SourceFetch --> Artefact
ScanPolicy --> Artefact
ParseContent --> Artefact
LedgerEntry --> Artefact
SourcePageMeta --> Artefact
DomainReputation --> Artefact

classDiagram
class Artefact {
  id
  source_url
  canonical_url
  observed_at
  last_verified
  content_hash
  licence
  jurisdiction
  domain
  author
  published_at
  language
  content_type
  mime
  payload_text
  version
  parent_id
  robots_status
  ocr
  pii_flags_count
  risk_flags_count
  reputation
}

class SourceFetch {
  source_url
  canonical_url
  observed_at
  mime
  domain
}

class ScanPolicy {
  licence
  jurisdiction
  robots_status
  pii_flags_count
  risk_flags_count
}

class ParseContent {
  content_type
  language
  payload_text
}

class LedgerEntry {
  content_hash
  last_verified
  version
}

class SourcePageMeta {
  author
  published_at
}

class DomainReputation {
  reputation
}

SourceFetch --> Artefact
ScanPolicy --> Artefact
ParseContent --> Artefact
LedgerEntry --> Artefact
SourcePageMeta --> Artefact
DomainReputation --> Artefact

This is a simplified view; the real object includes more fields, but the idea is the same.
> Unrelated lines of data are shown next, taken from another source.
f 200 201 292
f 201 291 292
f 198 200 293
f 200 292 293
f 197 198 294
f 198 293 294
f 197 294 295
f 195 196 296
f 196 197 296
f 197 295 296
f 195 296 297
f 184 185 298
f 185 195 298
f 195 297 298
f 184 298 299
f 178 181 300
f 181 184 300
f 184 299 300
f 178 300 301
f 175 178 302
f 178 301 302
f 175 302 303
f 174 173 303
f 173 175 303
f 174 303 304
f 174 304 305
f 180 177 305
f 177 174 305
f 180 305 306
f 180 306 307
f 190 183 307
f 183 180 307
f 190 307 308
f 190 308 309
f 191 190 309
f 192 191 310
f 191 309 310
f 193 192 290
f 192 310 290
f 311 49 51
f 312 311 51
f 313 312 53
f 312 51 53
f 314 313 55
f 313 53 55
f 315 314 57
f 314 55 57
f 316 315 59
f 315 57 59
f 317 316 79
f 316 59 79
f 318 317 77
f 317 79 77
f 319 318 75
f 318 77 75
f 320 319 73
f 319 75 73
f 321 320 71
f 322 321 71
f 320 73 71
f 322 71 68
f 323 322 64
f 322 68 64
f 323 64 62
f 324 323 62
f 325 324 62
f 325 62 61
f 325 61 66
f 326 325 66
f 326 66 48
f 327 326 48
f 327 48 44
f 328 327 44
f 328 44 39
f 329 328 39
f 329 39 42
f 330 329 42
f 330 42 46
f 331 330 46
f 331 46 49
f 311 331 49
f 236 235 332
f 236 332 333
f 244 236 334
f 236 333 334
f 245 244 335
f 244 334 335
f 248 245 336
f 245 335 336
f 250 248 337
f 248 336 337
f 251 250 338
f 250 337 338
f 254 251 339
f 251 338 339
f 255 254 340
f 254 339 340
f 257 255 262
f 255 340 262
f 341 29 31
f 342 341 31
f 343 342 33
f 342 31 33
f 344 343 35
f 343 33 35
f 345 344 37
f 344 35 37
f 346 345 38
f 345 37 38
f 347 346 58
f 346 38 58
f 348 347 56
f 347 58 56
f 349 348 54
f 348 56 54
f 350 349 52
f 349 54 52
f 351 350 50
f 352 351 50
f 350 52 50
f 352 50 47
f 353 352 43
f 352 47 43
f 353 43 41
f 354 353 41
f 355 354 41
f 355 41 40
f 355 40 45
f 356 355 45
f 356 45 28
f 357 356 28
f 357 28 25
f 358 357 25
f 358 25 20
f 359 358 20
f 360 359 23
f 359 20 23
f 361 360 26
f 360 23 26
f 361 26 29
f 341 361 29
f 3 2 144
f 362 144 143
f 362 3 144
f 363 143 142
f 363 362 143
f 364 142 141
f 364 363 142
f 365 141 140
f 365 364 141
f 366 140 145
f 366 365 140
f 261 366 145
The additional boxes show where each group of fields comes from (fetch headers, scan/policy checks, parsing, provenance ledger, page metadata, and the domain reputation prior).

How Artefacts Are Scored

Scoring is not a single “magic number”. It’s several signals that the UI can explain:

Recency: newer observations are preferred for time‑sensitive topics.
Authority: official or peer‑reviewed venues carry more weight.
Licence clarity: clearly licenced material is preferred; incompatible licences are down‑weighted.
Diversity group: sources from different domains count more than five from the same site.
Duplication: near‑duplicates don’t add trust; they are damped.
Counterfactuals: credible disagreement is shown and reduces confidence until resolved.
Venue risk: retraction lists or low‑credibility venues reduce influence.
Reuse: artefacts reused by independent organisations get a small boost.

Mode matters:

Light: quick, less strict.
Verified: enforces provenance and domain diversity.
Audit: requires deterministic replay and counterfactual checks.
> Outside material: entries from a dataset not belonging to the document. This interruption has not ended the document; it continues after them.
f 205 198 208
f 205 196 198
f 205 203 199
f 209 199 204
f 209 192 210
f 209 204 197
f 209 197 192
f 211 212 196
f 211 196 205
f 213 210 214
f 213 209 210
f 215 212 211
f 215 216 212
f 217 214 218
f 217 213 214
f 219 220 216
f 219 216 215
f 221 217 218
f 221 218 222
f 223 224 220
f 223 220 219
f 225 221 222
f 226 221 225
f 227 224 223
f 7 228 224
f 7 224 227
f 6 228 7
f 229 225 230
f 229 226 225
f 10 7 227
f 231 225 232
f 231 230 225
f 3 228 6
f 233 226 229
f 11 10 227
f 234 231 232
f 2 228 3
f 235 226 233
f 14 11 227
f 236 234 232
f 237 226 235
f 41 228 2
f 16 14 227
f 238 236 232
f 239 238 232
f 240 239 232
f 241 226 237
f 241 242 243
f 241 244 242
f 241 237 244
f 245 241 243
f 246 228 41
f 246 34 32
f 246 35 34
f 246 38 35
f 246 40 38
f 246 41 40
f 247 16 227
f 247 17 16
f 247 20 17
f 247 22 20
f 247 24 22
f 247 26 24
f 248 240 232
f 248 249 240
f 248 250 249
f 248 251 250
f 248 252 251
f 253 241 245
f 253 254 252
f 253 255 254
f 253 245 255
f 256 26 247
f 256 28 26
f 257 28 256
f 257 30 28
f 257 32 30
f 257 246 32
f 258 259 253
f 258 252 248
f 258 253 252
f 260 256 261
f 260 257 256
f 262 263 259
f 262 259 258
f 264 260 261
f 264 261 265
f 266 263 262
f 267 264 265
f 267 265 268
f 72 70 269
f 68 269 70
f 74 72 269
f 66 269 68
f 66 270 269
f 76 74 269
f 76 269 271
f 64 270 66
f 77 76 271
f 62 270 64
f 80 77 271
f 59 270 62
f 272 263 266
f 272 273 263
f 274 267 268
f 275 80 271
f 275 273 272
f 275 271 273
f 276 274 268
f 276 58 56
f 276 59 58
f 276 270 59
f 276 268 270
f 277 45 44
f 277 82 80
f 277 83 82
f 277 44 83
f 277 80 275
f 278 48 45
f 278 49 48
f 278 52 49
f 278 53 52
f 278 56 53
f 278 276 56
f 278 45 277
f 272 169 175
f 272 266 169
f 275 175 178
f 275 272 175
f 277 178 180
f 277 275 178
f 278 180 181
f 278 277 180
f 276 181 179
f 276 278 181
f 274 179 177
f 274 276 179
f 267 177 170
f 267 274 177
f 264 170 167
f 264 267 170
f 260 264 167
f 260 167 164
Exact weights are not published (to prevent gaming) and evolve with audits see Trust Scoring for the explainable set of signals.

Example Artefact (Simplified)

{
  "id": "art_01JXZ3A",
  "source_url": "https://energy.example.gov/reports/solar-2024#installations",
  "observed_at": "2025-10-11T09:23:00Z",
  "last_verified": "2025-11-01T10:02:00Z",
  "content_hash": "b3:9f4a...e12c",
  "licence": "CC-BY",
  "jurisdiction": "UK",
  "domain": "energy.example.gov",
  "language": "en",
  "content_type": "text",
  "mime": "text/html",
  "payload_text": "In 2024, Region X added 3,214 community solar installations...",
  "version": 3,
  "robots_status": "ok",
  "ocr": false,
  "pii_flags": [],
  "risk_flags": [],
  "reputation": 0.92
}

How to read this

It shows exactly where the quote came from, when we saw it, and a fingerprint to detect changes.
The licence says you may reuse with attribution; the domain looks official.
The high reputation and recent timestamps mean it’s likely a strong source.

Where You See Artefacts in the UI

Citation chips under an answer show domain, licence, and timestamp they come from artefacts.
Clicking a citation reveals the exact quote and its hash.
Trust reports and receipts link back to the artefacts selected by QUORUM (MiSES) (the minimal evidence set).